Assignment -
Starting at the top of the entries below, set down each line exactly as written, and stop after the line containing "v 125.14 6.35 -17.19".

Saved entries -
========================================

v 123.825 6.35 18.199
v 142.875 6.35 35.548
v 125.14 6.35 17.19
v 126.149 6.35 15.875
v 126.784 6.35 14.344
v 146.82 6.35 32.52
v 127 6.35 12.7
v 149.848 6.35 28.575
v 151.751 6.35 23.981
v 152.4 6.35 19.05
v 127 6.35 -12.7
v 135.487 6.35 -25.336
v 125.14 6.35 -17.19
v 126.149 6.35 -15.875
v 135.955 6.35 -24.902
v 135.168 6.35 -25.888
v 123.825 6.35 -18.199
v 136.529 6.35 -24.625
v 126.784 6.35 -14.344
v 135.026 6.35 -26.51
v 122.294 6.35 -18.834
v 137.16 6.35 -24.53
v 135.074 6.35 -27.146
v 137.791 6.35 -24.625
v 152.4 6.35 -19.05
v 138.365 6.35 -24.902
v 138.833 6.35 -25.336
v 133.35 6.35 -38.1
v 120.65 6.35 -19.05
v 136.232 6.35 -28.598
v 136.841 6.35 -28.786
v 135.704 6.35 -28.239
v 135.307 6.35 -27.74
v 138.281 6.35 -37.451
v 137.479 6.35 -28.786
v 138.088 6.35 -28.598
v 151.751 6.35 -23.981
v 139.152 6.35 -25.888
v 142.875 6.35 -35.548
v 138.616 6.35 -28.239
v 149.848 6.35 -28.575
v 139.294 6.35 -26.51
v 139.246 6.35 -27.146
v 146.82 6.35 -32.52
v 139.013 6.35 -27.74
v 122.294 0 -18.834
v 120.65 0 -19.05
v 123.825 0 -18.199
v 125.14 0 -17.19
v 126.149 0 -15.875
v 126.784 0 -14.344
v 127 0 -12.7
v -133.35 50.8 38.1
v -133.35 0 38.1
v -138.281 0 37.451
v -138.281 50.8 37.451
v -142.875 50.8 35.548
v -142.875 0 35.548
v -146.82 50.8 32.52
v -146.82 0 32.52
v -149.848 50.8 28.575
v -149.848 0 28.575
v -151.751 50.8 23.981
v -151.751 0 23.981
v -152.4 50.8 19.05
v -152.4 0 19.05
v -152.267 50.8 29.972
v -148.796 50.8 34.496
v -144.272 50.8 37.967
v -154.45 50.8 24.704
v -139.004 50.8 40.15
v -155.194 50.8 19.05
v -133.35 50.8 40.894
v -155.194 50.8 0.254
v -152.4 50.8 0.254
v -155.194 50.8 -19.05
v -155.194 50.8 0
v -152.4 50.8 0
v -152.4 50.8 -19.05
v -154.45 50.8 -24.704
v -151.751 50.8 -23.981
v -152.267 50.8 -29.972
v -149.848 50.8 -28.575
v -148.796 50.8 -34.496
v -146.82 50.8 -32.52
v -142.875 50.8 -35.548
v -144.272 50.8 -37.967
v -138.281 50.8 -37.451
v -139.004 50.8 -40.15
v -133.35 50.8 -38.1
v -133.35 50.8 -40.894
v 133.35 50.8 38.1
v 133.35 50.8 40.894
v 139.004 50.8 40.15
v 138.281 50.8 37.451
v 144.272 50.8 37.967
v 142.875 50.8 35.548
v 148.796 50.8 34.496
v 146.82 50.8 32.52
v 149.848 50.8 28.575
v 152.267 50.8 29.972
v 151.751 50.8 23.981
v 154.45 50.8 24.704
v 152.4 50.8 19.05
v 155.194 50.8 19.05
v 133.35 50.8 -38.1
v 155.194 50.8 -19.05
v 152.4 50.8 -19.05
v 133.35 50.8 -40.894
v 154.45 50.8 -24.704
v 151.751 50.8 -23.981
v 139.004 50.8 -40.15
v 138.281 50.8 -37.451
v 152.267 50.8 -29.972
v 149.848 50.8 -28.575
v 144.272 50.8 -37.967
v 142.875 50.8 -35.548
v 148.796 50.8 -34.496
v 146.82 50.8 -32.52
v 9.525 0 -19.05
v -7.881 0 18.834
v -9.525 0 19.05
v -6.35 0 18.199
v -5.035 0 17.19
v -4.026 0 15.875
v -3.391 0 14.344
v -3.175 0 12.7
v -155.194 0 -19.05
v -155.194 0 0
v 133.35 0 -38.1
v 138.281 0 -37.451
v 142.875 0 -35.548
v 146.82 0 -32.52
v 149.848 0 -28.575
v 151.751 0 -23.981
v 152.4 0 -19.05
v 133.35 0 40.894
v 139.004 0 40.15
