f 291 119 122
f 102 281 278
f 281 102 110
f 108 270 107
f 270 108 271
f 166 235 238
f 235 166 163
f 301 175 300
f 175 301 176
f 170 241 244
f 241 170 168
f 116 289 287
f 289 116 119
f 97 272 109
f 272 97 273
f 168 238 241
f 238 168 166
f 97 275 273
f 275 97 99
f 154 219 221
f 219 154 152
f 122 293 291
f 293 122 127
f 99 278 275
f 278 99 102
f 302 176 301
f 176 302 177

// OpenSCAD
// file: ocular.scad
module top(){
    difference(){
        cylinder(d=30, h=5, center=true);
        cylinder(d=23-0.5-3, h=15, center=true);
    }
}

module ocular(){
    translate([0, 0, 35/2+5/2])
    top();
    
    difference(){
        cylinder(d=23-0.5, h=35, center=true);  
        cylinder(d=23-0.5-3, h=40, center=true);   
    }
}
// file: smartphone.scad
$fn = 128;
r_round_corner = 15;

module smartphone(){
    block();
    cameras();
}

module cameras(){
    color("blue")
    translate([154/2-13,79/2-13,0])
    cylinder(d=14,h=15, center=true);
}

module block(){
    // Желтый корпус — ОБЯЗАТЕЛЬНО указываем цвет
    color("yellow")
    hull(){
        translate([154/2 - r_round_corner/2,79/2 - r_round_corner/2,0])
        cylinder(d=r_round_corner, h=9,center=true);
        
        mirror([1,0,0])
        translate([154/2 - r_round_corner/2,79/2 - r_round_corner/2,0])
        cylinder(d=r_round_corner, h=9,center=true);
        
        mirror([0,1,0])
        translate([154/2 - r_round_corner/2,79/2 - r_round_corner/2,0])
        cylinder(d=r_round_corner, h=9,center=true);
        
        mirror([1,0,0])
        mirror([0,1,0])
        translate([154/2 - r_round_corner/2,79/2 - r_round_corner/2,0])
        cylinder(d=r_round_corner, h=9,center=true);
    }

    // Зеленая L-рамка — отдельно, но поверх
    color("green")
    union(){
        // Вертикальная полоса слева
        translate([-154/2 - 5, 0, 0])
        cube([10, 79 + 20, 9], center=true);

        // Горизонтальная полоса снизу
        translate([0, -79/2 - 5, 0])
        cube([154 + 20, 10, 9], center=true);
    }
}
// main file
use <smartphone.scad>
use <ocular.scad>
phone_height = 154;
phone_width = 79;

========================================

Response to the task -
v 123.825 6.35 18.199
v 142.875 6.35 35.548
v 125.14 6.35 17.19
v 126.149 6.35 15.875
v 126.784 6.35 14.344
v 146.82 6.35 32.52
v 127 6.35 12.7
v 149.848 6.35 28.575
v 151.751 6.35 23.981
v 152.4 6.35 19.05
v 127 6.35 -12.7
v 135.487 6.35 -25.336
v 125.14 6.35 -17.19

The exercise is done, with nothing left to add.